In many cases, the cost of a pill represents a 10,000 percent markup over the cost of the ingredients, and this goes on many years after the R&D costs are recouped and billions of dollars in profits generated. Even when the drug goes off patent and generics should bring prices down, they play games with frivolous lawsuits to block generic competition for years afterward. There is more government could do to aid development, such as having a clear-cut and less burdensom approval system, but I dispute the notion that price-gouging is buying us any great innovation.
Last time I checked, profits meant what you earn after you've paid all business expenses. For pharmaceutical companies, surely reasearch is one of those business expenses and profits are what they earn beyond that.
Overseas, (ie India) you can get the same meds as in the US for a tenth of the cost or less and the companies are still turning a profit off those. So the argument that the companies need obscene profits to fund research or we'll all die is utterly fallacious.
Another disadvantage of drug co. research that has the goal of profit is that it precludes science and research for its own sake, yet science and research for its own sake is often where some stunning breakthroughs come from.

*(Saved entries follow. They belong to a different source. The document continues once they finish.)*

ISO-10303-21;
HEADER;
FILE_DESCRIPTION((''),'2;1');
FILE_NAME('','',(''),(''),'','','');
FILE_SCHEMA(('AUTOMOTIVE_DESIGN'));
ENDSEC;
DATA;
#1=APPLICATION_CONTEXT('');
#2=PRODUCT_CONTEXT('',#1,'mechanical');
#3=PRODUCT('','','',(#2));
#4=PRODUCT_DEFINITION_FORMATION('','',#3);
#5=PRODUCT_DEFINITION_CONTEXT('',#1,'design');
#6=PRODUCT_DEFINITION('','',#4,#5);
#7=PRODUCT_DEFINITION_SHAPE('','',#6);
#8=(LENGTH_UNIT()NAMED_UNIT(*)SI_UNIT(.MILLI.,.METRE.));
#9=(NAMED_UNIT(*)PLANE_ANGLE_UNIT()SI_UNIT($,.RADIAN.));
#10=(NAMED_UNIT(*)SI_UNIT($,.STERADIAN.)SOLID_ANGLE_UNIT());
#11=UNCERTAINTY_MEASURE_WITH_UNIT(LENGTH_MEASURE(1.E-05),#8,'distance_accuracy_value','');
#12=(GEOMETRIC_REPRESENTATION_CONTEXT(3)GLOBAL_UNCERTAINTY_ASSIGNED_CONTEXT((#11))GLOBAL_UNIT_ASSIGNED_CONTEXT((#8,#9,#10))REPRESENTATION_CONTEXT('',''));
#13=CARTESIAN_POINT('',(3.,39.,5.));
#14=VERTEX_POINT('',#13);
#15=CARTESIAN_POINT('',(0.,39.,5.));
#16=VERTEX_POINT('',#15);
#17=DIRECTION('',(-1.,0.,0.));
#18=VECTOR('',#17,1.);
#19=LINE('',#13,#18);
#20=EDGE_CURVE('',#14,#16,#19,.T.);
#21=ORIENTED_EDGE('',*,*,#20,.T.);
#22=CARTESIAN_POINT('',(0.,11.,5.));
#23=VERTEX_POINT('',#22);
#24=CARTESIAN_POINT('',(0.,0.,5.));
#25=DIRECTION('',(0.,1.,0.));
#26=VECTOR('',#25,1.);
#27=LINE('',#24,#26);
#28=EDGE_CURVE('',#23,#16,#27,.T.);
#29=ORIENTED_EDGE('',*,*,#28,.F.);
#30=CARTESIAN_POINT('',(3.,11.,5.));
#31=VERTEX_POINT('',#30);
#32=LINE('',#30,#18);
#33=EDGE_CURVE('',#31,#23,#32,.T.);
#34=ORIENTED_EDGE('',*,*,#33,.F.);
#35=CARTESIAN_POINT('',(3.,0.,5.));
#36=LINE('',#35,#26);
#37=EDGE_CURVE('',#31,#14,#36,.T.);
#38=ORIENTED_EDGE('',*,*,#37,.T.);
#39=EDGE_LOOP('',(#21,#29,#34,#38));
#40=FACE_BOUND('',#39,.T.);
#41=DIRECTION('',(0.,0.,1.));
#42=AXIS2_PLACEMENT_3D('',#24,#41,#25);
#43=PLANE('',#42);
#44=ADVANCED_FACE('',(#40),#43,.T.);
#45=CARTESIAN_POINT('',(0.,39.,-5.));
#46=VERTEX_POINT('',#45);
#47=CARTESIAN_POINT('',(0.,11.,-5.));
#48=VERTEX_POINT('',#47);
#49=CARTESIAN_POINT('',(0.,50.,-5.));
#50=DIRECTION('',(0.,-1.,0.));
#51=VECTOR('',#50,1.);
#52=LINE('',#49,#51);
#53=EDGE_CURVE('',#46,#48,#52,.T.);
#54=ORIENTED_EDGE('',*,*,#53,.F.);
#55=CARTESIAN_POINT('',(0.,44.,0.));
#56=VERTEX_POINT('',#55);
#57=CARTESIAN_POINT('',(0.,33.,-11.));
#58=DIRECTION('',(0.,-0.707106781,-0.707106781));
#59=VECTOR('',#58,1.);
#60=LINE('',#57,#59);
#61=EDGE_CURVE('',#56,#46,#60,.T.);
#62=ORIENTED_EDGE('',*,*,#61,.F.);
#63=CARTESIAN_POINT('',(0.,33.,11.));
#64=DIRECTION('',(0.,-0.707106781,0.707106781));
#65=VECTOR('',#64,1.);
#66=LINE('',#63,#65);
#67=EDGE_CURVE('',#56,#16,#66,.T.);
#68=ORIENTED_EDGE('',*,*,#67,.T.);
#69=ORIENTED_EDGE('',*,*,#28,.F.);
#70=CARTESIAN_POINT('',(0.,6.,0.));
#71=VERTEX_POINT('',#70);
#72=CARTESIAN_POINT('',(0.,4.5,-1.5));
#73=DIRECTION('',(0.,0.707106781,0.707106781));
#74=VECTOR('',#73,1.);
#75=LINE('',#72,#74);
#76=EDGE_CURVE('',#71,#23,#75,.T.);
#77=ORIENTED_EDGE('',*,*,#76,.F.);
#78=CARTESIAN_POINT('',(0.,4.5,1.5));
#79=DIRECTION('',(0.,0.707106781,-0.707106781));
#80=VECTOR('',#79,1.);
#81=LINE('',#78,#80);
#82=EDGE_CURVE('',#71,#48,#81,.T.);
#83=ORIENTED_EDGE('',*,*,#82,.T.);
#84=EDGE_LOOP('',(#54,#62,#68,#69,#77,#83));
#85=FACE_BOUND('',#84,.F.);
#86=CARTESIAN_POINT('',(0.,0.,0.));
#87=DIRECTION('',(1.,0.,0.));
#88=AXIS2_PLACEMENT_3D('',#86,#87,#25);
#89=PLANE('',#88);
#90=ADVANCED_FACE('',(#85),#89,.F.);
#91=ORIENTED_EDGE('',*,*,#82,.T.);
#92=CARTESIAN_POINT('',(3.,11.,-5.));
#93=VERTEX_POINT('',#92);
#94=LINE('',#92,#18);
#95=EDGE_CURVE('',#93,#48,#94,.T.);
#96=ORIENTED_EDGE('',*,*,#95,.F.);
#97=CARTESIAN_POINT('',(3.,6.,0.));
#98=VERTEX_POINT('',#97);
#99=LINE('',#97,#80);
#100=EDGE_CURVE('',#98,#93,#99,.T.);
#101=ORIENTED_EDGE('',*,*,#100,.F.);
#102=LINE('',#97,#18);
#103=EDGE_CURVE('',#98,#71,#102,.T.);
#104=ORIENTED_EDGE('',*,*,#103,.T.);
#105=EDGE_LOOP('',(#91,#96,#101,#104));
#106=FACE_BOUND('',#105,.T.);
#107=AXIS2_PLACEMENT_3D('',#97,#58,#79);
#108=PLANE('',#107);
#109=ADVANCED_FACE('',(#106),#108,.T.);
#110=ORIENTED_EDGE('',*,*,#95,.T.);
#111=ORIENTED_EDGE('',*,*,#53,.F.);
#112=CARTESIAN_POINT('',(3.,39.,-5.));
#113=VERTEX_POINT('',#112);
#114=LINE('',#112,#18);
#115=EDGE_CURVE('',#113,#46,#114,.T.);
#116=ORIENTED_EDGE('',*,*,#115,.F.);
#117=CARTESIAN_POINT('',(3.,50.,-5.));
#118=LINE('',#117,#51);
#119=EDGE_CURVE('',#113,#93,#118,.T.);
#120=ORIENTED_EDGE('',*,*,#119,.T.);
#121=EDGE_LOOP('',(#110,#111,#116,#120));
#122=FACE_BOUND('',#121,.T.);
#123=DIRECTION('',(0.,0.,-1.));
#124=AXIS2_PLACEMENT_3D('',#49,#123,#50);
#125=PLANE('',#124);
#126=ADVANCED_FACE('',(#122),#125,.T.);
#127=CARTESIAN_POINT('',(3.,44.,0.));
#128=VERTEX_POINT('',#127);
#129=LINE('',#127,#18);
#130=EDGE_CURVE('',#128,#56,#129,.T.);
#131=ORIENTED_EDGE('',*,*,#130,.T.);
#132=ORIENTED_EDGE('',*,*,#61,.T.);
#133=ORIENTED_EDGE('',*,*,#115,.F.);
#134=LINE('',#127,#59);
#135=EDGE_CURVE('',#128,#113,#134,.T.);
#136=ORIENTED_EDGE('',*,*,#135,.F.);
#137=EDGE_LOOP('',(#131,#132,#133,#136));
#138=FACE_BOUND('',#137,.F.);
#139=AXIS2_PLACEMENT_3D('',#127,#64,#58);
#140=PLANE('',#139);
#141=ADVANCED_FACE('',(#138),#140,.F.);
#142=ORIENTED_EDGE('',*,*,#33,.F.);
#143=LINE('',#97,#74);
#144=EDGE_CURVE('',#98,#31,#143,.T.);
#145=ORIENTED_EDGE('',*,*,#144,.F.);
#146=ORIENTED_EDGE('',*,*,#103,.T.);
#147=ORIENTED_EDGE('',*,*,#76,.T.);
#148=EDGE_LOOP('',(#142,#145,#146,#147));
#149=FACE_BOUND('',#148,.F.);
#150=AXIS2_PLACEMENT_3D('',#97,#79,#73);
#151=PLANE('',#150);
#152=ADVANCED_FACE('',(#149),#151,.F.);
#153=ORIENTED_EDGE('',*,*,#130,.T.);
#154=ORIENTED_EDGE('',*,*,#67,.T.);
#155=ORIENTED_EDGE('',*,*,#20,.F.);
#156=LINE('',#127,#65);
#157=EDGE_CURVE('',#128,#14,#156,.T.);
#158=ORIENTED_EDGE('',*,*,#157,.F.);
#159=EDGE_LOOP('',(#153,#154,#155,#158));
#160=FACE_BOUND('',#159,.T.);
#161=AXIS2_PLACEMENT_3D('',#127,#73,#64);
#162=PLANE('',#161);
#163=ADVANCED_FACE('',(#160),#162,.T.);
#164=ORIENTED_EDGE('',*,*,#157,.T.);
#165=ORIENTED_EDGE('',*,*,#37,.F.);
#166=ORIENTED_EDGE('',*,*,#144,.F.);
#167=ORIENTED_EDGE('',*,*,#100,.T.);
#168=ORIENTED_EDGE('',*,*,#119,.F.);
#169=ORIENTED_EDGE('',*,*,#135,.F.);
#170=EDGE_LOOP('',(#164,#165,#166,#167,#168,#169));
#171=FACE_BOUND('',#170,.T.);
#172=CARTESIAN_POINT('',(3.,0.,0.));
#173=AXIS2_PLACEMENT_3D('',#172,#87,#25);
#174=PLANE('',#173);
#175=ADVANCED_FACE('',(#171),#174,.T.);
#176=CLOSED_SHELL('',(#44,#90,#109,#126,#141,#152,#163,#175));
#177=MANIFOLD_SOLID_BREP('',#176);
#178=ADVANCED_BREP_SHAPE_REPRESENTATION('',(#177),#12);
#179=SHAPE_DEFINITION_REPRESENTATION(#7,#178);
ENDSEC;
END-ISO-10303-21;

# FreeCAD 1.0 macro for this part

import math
import FreeCAD as App
import Part
import Sketcher
Q = App.Units.Quantity

doc = App.newDocument("Part")
body = doc.addObject("PartDesign::Body", "Body")

# Sketch on YZ plane
sketch1 = body.newObject("Sketcher::SketchObject", "Sketch")
sketch1.AttachmentSupport = (doc.getObject("YZ_Plane"), [""])
sketch1.MapMode = "FlatFace"
sketch1.addGeometry([
    Part.LineSegment(App.Vector(50, 5, 0), App.Vector(0, 5, 0)),  # 0
    Part.ArcOfCircle(Part.Circle(App.Vector(0, 0, 0), App.Vector(0, 0, 1), 5), math.radians(90), math.radians(270)),  # 1
    Part.LineSegment(App.Vector(0, -5, 0), App.Vector(50, -5, 0)),  # 2
    Part.ArcOfCircle(Part.Circle(App.Vector(50, 0, 0), App.Vector(0, 0, 1), 5), math.radians(-90), math.radians(90)),  # 3
    Part.Circle(App.Vector(0, 0, 0), App.Vector(0, 0, 1), 3.1),  # 4
    Part.Circle(App.Vector(50, 0, 0), App.Vector(0, 0, 1), 3.1),  # 5
], False)
sketch1.addConstraint([
    Sketcher.Constraint("Tangent", 0, 2, 1, 1),
    Sketcher.Constraint("Tangent", 1, 2, 2, 1),
    Sketcher.Constraint("Tangent", 2, 2, 3, 1),
    Sketcher.Constraint("Tangent", 3, 2, 0, 1),
    Sketcher.Constraint("Horizontal", 0),
    Sketcher.Constraint("Horizontal", 2),
    Sketcher.Constraint("Coincident", 1, 3, -1, 1),
    Sketcher.Constraint("Coincident", 4, 3, -1, 1),
    Sketcher.Constraint("Coincident", 5, 3, 3, 3),
    Sketcher.Constraint("Equal", 4, 5),
    Sketcher.Constraint("Radius", 1, Q("5 mm")),
    Sketcher.Constraint("Diameter", 4, Q("6.2 mm")),
    Sketcher.Constraint("DistanceX", 0, 2, 0, 1, Q("50 mm")),
])
pad1 = body.newObject("PartDesign::Pad", "Pad")
pad1.Profile = sketch1
pad1.Length = 3

# Sketch on YZ plane
sketch2 = body.newObject("Sketcher::SketchObject", "Sketch001")
sketch2.AttachmentSupport = (doc.getObject("YZ_Plane"), [""])
sketch2.MapMode = "FlatFace"
sketch2.AttachmentOffset = App.Placement(App.Vector(0, 0, 3), App.Rotation())
sketch2.addGeometry([
    Part.LineSegment(App.Vector(50, 5, 0), App.Vector(39, 5, 0)),  # 0
    Part.LineSegment(App.Vector(39, 5, 0), App.Vector(44, 0, 0)),  # 1
    Part.LineSegment(App.Vector(44, 0, 0), App.Vector(39, -5, 0)),  # 2
    Part.LineSegment(App.Vector(39, -5, 0), App.Vector(50, -5, 0)),  # 3
    Part.ArcOfCircle(Part.Circle(App.Vector(50, 0, 0), App.Vector(0, 0, 1), 5), math.radians(-90), math.radians(90)),  # 4
    Part.LineSegment(App.Vector(6, 0, 0), App.Vector(11, 5, 0)),  # 5
    Part.LineSegment(App.Vector(11, 5, 0), App.Vector(0, 5, 0)),  # 6
    Part.ArcOfCircle(Part.Circle(App.Vector(0, 0, 0), App.Vector(0, 0, 1), 5), math.radians(90), math.radians(270)),  # 7
    Part.LineSegment(App.Vector(0, -5, 0), App.Vector(11, -5, 0)),  # 8
    Part.LineSegment(App.Vector(11, -5, 0), App.Vector(6, 0, 0)),  # 9
], False)
sketch2.addConstraint([
    Sketcher.Constraint("Coincident", 0, 2, 1, 1),
    Sketcher.Constraint("Coincident", 1, 2, 2, 1),
    Sketcher.Constraint("Coincident", 2, 2, 3, 1),
    Sketcher.Constraint("Tangent", 3, 2, 4, 1),
    Sketcher.Constraint("Tangent", 4, 2, 0, 1),
    Sketcher.Constraint("Coincident", 5, 2, 6, 1),
    Sketcher.Constraint("Tangent", 6, 2, 7, 1),
    Sketcher.Constraint("Tangent", 7, 2, 8, 1),
    Sketcher.Constraint("Coincident", 8, 2, 9, 1),
    Sketcher.Constraint("Coincident", 9, 2, 5, 1),
    Sketcher.Constraint("Horizontal", 0),
    Sketcher.Constraint("Horizontal", 3),
    Sketcher.Constraint("Horizontal", 6),
    Sketcher.Constraint("Horizontal", 8),
    Sketcher.Constraint("Coincident", 7, 3, -1, 1),
    Sketcher.Constraint("Equal", 4, 7),
    Sketcher.Constraint("Symmetric", 0, 2, 2, 2, -1),
    Sketcher.Constraint("PointOnObject", 1, 2, -1),
    Sketcher.Constraint("PointOnObject", 9, 2, -1),
    Sketcher.Constraint("Perpendicular", 1, 2),
    Sketcher.Constraint("Parallel", 2, 5),
    Sketcher.Constraint("Perpendicular", 5, 9),
    Sketcher.Constraint("Equal", 3, 6),
    Sketcher.Constraint("DistanceX", 0, 2, 0, 1, Q("11 mm")),
    Sketcher.Constraint("Radius", 4, Q("5 mm")),
    Sketcher.Constraint("DistanceX", -1, 1, 4, 3, Q("50 mm")),
])
pocket1 = body.newObject("PartDesign::Pocket", "Pocket")
pocket1.Profile = sketch2
pocket1.Length = 10

doc.recompute()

It sounds like the need for an economics refresher course comes from the corporate apologist blogger. Again.
Thanks to kenneth & John for providing a reasoned counterpoint to the fairy tales provided through Reformed theology.

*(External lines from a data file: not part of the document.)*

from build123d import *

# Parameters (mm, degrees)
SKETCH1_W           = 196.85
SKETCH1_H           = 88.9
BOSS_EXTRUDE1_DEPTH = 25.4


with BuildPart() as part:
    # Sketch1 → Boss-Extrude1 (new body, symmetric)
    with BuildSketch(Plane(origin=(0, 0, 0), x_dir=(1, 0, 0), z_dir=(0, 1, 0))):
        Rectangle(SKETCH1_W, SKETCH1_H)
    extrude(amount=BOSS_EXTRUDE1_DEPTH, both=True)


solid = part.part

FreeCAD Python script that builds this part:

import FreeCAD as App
import Part
import Sketcher
from FreeCAD import Vector
Q = App.Units.Quantity

doc = App.newDocument("Part")
body = doc.addObject("PartDesign::Body", "Body")

# Sketch on XZ plane
sketch1 = body.newObject("Sketcher::SketchObject", "Sketch")
sketch1.AttachmentSupport = (doc.getObject("XZ_Plane"), [""])
sketch1.MapMode = "FlatFace"
sketch1.addGeometry(Part.LineSegment(Vector(-98, -44, 0), Vector(-98, 44, 0)), False)
sketch1.addGeometry(Part.LineSegment(Vector(-98, 44, 0), Vector(98, 44, 0)), False)
sketch1.addGeometry(Part.LineSegment(Vector(98, 44, 0), Vector(98, -44, 0)), False)
sketch1.addGeometry(Part.LineSegment(Vector(98, -44, 0), Vector(-98, -44, 0)), False)
sketch1.addConstraint(Sketcher.Constraint("Coincident", 0, 2, 1, 1))
sketch1.addConstraint(Sketcher.Constraint("Coincident", 1, 2, 2, 1))
sketch1.addConstraint(Sketcher.Constraint("Coincident", 2, 2, 3, 1))
sketch1.addConstraint(Sketcher.Constraint("Coincident", 3, 2, 0, 1))
sketch1.addConstraint(Sketcher.Constraint("Vertical", 0))
sketch1.addConstraint(Sketcher.Constraint("Horizontal", 1))
sketch1.addConstraint(Sketcher.Constraint("Vertical", 2))
sketch1.addConstraint(Sketcher.Constraint("Horizontal", 3))
sketch1.addConstraint(Sketcher.Constraint("Symmetric", 0, 2, 2, 2, -1, 1))
sketch1.addConstraint(Sketcher.Constraint("DistanceY", 0, 1, 0, 2, Q("3.5 in")))
sketch1.addConstraint(Sketcher.Constraint("DistanceX", 1, 1, 1, 2, Q("7.75 in")))
pad1 = body.newObject("PartDesign::Pad", "Pad")
pad1.Profile = sketch1
pad1.Length = Q("2 in")
pad1.Midplane = True

doc.recompute()
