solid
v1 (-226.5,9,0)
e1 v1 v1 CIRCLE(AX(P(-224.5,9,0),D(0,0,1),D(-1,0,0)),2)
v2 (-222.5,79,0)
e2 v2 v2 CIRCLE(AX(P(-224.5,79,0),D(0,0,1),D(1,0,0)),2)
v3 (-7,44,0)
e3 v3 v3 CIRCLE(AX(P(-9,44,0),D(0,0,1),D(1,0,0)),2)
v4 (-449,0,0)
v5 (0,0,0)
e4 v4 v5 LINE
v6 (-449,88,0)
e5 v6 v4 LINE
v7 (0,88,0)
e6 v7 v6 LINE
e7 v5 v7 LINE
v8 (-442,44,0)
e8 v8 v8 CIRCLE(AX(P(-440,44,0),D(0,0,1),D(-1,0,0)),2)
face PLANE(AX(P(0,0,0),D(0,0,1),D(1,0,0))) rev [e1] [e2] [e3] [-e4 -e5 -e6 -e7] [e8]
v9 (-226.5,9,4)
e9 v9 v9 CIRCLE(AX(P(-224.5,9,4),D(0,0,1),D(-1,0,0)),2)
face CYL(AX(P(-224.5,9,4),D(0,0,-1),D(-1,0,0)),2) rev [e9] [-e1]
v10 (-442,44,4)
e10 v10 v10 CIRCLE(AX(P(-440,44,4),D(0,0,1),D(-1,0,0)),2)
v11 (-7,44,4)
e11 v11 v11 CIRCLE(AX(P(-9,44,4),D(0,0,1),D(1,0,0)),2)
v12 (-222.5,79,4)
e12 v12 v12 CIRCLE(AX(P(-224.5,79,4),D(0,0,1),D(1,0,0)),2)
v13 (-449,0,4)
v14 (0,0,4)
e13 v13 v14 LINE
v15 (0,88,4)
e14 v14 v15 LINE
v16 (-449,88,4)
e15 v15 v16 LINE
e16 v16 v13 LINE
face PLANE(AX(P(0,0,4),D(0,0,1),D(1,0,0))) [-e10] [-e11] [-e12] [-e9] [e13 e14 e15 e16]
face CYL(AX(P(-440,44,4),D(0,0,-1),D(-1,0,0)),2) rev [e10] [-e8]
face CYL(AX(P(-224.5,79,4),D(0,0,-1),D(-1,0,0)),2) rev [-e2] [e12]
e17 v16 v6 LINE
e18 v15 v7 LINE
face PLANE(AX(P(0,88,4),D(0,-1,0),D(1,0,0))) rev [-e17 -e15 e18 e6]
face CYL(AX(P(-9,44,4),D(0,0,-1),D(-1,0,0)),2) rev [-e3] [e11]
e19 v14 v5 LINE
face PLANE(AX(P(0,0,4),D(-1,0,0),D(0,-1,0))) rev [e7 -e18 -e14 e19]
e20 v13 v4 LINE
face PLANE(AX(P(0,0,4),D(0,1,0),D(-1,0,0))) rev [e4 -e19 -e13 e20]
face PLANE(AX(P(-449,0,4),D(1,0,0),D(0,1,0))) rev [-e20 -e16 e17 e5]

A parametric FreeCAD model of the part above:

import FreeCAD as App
import Part
import Sketcher

V = App.Vector

doc = App.newDocument("Part")
body = doc.addObject("PartDesign::Body", "Body")

sketch1 = body.newObject("Sketcher::SketchObject", "Sketch")
sketch1.AttachmentSupport = (doc.getObject("XY_Plane"), [""])
sketch1.MapMode = "FlatFace"
sketch1.addGeometry(Part.LineSegment(V(-449, 88, 0), V(-449, 0, 0)), False)
sketch1.addGeometry(Part.LineSegment(V(-449, 0, 0), V(0, 0, 0)), False)
sketch1.addGeometry(Part.LineSegment(V(0, 0, 0), V(0, 88, 0)), False)
sketch1.addGeometry(Part.LineSegment(V(0, 88, 0), V(-449, 88, 0)), False)
sketch1.addGeometry(Part.Circle(V(-224.5, 9, 0), V(0, 0, 1), 2), False)
sketch1.addGeometry(Part.Circle(V(-440, 44, 0), V(0, 0, 1), 2), False)
sketch1.addGeometry(Part.Circle(V(-9, 44, 0), V(0, 0, 1), 2), False)
sketch1.addGeometry(Part.Circle(V(-224.5, 79, 0), V(0, 0, 1), 2), False)
sketch1.addConstraint(Sketcher.Constraint("Coincident", 0, 2, 1, 1))
sketch1.addConstraint(Sketcher.Constraint("Coincident", 1, 2, 2, 1))
sketch1.addConstraint(Sketcher.Constraint("Coincident", 2, 2, 3, 1))
sketch1.addConstraint(Sketcher.Constraint("Coincident", 3, 2, 0, 1))
sketch1.addConstraint(Sketcher.Constraint("Vertical", 0))
sketch1.addConstraint(Sketcher.Constraint("Horizontal", 1))
sketch1.addConstraint(Sketcher.Constraint("Vertical", 2))
sketch1.addConstraint(Sketcher.Constraint("Horizontal", 3))
sketch1.addConstraint(Sketcher.Constraint("Coincident", 1, 2, -1, 1))
sketch1.addConstraint(Sketcher.Constraint("Equal", 4, 5))
sketch1.addConstraint(Sketcher.Constraint("Equal", 5, 6))
sketch1.addConstraint(Sketcher.Constraint("Equal", 6, 7))
sketch1.addConstraint(Sketcher.Constraint("Horizontal", 5, 3, 6, 3))
sketch1.addConstraint(Sketcher.Constraint("Vertical", 4, 3, 7, 3))
sketch1.addConstraint(Sketcher.Constraint("Diameter", 4, 4.0))
sketch1.addConstraint(Sketcher.Constraint("DistanceX", 1, 1, 1, 2, 449.0))
sketch1.addConstraint(Sketcher.Constraint("DistanceY", 0, 2, 0, 1, 88.0))
sketch1.addConstraint(Sketcher.Constraint("DistanceY", -1, 1, 4, 3, 9.0))
sketch1.addConstraint(Sketcher.Constraint("DistanceX", 5, 3, -1, 1, 440.0))
sketch1.addConstraint(Sketcher.Constraint("DistanceY", -1, 1, 5, 3, 44.0))
sketch1.addConstraint(Sketcher.Constraint("DistanceX", 6, 3, -1, 1, 9.0))
sketch1.addConstraint(Sketcher.Constraint("DistanceY", -1, 1, 7, 3, 79.0))
sketch1.addConstraint(Sketcher.Constraint("DistanceX", 4, 3, -1, 1, 224.5))
pad1 = body.newObject("PartDesign::Pad", "Pad")
pad1.Profile = sketch1
pad1.Length = 4

doc.recompute()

Obama would kill his own unwanted grandchildren.
By means of modernity.
No, he won't stifle innovation.
Michelle, there is more than one kind of medical innovation. One is the pharmaceuticals you are talking about, and the high-tech machines. The other is the skill of the doctor to cure the payment despite the absence of the latest and greatest technology has to offer. Don't get me wrong, we have some terrific doctors in the USA. But they don't hold a candle in McGyver-level skills you can find in places like rural Mexico and a World Vision funded center in the Philippines where I worked many years ago. High tech is not the only way to get well, for most people. And we have had our system in place a really long time to still not have cures for the diseases you listed.